* **PROBLEM**
For the data below, restate word for word only the lines from the line containing "f 202 47 43" through the line containing "f 163 139 142", both ends included.
** Opening MATERIAL FOR THE TASK block **
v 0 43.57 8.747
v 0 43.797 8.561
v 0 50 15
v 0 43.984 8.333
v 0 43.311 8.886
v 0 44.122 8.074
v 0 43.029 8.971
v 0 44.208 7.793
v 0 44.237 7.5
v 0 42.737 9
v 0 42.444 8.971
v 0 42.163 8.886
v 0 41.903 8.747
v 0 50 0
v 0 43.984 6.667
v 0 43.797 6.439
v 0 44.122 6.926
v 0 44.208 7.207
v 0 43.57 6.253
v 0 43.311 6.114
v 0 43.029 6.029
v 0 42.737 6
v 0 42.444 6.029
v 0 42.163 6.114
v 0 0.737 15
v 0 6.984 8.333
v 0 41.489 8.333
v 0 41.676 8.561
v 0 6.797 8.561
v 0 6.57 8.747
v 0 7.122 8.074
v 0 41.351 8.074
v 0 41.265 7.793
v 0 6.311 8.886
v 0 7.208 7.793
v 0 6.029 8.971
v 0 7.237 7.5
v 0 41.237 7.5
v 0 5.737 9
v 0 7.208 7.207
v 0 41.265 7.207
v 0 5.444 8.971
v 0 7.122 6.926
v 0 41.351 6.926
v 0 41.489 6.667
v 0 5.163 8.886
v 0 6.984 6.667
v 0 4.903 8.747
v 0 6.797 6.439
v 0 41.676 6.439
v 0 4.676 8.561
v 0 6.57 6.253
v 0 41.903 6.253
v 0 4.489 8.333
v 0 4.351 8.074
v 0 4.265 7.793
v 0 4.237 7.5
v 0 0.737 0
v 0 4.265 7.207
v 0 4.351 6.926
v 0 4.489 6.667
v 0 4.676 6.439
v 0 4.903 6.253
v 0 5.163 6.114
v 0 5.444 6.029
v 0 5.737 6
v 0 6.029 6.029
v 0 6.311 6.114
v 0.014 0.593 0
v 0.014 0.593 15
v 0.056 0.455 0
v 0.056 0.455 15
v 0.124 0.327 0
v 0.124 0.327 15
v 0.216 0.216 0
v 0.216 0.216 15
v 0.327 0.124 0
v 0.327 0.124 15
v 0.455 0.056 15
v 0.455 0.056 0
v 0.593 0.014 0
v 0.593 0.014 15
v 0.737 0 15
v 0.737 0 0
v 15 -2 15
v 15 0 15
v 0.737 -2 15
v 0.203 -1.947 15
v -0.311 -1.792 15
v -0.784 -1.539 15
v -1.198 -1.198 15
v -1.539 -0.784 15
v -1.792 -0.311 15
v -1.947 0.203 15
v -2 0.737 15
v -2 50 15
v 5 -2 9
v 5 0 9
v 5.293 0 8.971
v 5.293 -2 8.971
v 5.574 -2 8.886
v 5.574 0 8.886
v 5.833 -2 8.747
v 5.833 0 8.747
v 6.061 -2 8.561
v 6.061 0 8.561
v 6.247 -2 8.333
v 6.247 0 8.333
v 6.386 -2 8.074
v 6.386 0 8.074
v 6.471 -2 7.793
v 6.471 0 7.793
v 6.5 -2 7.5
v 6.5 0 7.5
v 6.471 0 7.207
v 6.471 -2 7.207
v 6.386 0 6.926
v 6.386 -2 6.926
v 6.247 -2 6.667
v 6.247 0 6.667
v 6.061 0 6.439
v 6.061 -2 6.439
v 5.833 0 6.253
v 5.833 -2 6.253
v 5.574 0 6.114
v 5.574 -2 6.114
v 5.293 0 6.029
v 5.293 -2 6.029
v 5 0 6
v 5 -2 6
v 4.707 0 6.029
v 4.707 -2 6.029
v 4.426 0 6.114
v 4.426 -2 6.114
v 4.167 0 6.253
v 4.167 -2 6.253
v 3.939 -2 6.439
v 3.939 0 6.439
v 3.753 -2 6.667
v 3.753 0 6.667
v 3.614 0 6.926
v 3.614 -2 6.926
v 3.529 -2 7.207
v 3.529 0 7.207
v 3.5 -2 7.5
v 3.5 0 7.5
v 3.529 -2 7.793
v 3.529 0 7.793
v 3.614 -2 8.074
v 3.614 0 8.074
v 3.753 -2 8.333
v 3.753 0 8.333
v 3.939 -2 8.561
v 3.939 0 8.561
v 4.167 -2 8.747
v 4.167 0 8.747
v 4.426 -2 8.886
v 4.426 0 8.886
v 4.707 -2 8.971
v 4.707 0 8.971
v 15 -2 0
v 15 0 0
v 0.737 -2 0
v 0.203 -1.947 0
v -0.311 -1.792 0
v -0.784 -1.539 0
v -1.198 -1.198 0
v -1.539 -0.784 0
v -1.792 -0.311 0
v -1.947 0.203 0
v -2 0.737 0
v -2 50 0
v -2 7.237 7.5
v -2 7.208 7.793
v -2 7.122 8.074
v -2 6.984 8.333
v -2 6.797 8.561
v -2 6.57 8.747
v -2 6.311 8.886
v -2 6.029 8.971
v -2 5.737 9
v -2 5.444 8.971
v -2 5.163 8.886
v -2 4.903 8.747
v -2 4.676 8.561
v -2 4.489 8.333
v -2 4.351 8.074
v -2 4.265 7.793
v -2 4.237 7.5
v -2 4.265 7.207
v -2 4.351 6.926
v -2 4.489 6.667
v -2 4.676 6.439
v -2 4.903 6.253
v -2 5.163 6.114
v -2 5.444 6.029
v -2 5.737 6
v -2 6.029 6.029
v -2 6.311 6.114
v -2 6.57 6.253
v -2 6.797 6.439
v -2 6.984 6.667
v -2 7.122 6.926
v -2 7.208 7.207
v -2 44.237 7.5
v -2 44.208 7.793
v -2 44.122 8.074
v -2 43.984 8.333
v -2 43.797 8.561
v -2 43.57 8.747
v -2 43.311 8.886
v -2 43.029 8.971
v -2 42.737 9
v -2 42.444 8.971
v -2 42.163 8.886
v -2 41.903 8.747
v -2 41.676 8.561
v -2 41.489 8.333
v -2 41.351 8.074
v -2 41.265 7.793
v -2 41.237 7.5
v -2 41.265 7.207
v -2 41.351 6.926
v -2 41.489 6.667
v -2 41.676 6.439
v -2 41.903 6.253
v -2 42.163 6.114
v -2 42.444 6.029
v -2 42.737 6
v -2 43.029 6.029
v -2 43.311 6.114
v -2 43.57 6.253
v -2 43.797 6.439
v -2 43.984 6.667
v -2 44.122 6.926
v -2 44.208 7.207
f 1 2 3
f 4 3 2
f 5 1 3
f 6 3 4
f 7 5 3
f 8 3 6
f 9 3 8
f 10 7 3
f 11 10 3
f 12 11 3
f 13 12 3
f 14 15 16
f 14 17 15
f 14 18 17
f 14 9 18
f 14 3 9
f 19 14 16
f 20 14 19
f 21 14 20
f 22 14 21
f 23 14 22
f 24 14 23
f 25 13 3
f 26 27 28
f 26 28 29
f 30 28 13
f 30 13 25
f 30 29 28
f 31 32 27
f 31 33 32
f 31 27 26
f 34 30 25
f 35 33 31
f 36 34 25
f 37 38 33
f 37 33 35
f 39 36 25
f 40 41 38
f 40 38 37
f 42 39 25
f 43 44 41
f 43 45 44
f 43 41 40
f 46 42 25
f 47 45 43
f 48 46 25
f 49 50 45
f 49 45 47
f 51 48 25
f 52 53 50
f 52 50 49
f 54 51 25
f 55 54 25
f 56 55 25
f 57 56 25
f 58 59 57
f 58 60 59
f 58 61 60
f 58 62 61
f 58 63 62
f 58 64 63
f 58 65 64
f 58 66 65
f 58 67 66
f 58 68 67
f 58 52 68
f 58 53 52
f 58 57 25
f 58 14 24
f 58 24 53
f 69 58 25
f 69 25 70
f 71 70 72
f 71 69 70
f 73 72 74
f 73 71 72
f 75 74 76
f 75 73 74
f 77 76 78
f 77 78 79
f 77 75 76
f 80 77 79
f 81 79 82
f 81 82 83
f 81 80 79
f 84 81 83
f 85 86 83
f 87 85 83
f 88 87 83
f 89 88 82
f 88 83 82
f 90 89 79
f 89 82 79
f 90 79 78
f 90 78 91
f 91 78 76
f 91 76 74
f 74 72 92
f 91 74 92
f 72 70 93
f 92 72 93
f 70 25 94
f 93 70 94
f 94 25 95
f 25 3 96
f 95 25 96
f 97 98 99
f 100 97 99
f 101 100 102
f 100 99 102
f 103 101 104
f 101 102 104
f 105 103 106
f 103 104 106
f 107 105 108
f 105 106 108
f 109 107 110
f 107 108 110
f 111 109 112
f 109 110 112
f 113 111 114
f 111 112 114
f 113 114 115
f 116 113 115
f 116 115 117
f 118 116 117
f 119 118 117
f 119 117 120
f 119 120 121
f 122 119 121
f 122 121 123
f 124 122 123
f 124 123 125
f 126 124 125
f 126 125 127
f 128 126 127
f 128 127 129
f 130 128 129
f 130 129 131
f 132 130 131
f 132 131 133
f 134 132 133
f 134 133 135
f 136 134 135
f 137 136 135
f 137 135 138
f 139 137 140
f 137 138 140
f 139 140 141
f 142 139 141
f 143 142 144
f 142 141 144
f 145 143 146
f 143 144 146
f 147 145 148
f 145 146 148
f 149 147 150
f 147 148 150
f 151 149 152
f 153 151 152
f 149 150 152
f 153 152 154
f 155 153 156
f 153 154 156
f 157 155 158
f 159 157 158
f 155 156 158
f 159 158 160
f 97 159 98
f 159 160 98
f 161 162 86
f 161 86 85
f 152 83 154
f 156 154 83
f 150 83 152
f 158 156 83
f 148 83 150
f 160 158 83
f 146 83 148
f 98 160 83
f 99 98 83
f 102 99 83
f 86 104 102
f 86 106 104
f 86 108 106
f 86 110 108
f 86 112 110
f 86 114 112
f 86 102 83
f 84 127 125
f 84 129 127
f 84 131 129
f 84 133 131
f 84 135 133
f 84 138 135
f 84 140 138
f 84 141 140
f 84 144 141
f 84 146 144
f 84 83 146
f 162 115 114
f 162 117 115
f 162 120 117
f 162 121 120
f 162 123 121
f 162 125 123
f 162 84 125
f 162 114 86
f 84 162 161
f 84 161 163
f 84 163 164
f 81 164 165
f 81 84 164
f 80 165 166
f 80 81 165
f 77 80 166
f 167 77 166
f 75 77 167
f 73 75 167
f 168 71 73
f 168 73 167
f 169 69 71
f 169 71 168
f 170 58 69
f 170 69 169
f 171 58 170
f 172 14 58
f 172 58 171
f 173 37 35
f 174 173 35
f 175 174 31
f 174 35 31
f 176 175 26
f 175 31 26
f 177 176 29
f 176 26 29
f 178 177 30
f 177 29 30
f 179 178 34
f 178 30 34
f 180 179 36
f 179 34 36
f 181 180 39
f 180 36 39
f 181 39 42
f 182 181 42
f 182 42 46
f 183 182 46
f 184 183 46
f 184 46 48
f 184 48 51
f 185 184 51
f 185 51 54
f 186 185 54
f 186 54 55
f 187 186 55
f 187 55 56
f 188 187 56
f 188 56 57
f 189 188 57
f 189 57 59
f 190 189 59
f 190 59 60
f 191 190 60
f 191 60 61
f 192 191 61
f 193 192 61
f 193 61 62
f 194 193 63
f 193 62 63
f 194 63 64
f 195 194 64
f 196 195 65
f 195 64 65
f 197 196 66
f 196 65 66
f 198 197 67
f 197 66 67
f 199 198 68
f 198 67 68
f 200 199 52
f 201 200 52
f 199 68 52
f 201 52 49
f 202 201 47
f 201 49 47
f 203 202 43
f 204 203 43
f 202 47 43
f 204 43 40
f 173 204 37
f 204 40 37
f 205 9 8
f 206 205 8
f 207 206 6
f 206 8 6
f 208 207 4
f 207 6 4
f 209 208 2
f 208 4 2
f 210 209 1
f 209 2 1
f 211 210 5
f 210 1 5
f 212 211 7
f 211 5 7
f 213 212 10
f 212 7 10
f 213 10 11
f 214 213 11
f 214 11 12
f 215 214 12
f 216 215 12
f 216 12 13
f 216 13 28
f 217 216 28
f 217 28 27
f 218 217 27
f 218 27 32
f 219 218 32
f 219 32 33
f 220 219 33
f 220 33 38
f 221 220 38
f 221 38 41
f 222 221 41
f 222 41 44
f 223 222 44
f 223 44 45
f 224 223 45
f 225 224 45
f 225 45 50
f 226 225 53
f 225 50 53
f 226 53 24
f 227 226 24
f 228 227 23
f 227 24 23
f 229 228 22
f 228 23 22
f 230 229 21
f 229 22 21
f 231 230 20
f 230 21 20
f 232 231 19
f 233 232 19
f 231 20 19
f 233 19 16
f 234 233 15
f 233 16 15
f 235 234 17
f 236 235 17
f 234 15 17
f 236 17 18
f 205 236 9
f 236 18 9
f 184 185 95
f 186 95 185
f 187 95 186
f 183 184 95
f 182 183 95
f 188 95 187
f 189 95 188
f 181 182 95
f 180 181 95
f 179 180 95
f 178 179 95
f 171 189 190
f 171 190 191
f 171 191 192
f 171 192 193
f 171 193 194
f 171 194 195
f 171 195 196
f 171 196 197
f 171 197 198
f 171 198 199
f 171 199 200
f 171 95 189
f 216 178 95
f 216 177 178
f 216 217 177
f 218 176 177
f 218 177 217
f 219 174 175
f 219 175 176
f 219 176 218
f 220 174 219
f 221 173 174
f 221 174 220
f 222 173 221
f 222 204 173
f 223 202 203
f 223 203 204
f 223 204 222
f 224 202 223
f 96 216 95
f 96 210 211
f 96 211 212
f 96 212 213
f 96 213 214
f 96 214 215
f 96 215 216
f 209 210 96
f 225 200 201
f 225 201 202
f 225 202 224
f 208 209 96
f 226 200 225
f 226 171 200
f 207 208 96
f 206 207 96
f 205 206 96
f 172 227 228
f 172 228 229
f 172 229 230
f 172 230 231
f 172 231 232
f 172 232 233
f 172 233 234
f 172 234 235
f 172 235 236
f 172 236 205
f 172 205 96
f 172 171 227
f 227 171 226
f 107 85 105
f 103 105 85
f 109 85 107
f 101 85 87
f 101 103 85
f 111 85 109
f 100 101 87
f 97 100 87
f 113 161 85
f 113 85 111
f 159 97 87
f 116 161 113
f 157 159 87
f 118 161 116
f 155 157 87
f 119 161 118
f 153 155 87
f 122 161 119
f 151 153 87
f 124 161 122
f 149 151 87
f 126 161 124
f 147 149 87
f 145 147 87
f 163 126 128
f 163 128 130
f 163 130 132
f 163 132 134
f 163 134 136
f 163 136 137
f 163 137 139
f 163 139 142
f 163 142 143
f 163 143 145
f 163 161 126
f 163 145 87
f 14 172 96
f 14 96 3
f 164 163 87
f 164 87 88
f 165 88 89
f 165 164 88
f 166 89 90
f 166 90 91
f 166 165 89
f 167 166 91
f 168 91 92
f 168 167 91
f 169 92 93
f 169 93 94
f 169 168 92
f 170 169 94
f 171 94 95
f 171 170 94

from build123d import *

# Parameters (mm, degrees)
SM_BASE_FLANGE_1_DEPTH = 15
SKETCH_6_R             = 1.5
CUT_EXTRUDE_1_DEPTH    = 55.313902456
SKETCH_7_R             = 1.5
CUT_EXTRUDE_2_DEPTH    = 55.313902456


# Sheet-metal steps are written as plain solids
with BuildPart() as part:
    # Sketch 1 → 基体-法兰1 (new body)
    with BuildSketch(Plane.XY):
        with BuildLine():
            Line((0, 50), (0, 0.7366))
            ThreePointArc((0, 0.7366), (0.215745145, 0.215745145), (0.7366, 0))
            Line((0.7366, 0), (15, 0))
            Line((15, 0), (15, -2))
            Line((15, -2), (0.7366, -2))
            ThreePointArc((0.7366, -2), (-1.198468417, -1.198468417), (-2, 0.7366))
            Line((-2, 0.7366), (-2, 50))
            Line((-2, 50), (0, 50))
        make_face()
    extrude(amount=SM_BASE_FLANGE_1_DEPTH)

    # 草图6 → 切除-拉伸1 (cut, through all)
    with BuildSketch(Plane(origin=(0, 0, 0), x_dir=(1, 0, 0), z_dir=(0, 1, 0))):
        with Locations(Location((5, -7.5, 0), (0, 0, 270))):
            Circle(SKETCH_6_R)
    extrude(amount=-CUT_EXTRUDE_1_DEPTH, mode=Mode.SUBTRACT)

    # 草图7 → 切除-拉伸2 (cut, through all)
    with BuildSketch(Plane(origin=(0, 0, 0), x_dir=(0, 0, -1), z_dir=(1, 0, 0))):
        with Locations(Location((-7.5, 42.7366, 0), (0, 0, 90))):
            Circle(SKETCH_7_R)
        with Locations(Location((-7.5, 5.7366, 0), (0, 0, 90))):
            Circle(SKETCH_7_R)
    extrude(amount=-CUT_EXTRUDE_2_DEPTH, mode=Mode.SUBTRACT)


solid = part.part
** Closing MATERIAL FOR THE TASK block **
* **WRITTEN REPLY**
f 202 47 43
f 204 43 40
f 173 204 37
f 204 40 37
f 205 9 8
f 206 205 8
f 207 206 6
f 206 8 6
f 208 207 4
f 207 6 4
f 209 208 2
f 208 4 2
f 210 209 1
f 209 2 1
f 211 210 5
f 210 1 5
f 212 211 7
f 211 5 7
f 213 212 10
f 212 7 10
f 213 10 11
f 214 213 11
f 214 11 12
f 215 214 12
f 216 215 12
f 216 12 13
f 216 13 28
f 217 216 28
f 217 28 27
f 218 217 27
f 218 27 32
f 219 218 32
f 219 32 33
f 220 219 33
f 220 33 38
f 221 220 38
f 221 38 41
f 222 221 41
f 222 41 44
f 223 222 44
f 223 44 45
f 224 223 45
f 225 224 45
f 225 45 50
f 226 225 53
f 225 50 53
f 226 53 24
f 227 226 24
f 228 227 23
f 227 24 23
f 229 228 22
f 228 23 22
f 230 229 21
f 229 22 21
f 231 230 20
f 230 21 20
f 232 231 19
f 233 232 19
f 231 20 19
f 233 19 16
f 234 233 15
f 233 16 15
f 235 234 17
f 236 235 17
f 234 15 17
f 236 17 18
f 205 236 9
f 236 18 9
f 184 185 95
f 186 95 185
f 187 95 186
f 183 184 95
f 182 183 95
f 188 95 187
f 189 95 188
f 181 182 95
f 180 181 95
f 179 180 95
f 178 179 95
f 171 189 190
f 171 190 191
f 171 191 192
f 171 192 193
f 171 193 194
f 171 194 195
f 171 195 196
f 171 196 197
f 171 197 198
f 171 198 199
f 171 199 200
f 171 95 189
f 216 178 95
f 216 177 178
f 216 217 177
f 218 176 177
f 218 177 217
f 219 174 175
f 219 175 176
f 219 176 218
f 220 174 219
f 221 173 174
f 221 174 220
f 222 173 221
f 222 204 173
f 223 202 203
f 223 203 204
f 223 204 222
f 224 202 223
f 96 216 95
f 96 210 211
f 96 211 212
f 96 212 213
f 96 213 214
f 96 214 215
f 96 215 216
f 209 210 96
f 225 200 201
f 225 201 202
f 225 202 224
f 208 209 96
f 226 200 225
f 226 171 200
f 207 208 96
f 206 207 96
f 205 206 96
f 172 227 228
f 172 228 229
f 172 229 230
f 172 230 231
f 172 231 232
f 172 232 233
f 172 233 234
f 172 234 235
f 172 235 236
f 172 236 205
f 172 205 96
f 172 171 227
f 227 171 226
f 107 85 105
f 103 105 85
f 109 85 107
f 101 85 87
f 101 103 85
f 111 85 109
f 100 101 87
f 97 100 87
f 113 161 85
f 113 85 111
f 159 97 87
f 116 161 113
f 157 159 87
f 118 161 116
f 155 157 87
f 119 161 118
f 153 155 87
f 122 161 119
f 151 153 87
f 124 161 122
f 149 151 87
f 126 161 124
f 147 149 87
f 145 147 87
f 163 126 128
f 163 128 130
f 163 130 132
f 163 132 134
f 163 134 136
f 163 136 137
f 163 137 139
f 163 139 142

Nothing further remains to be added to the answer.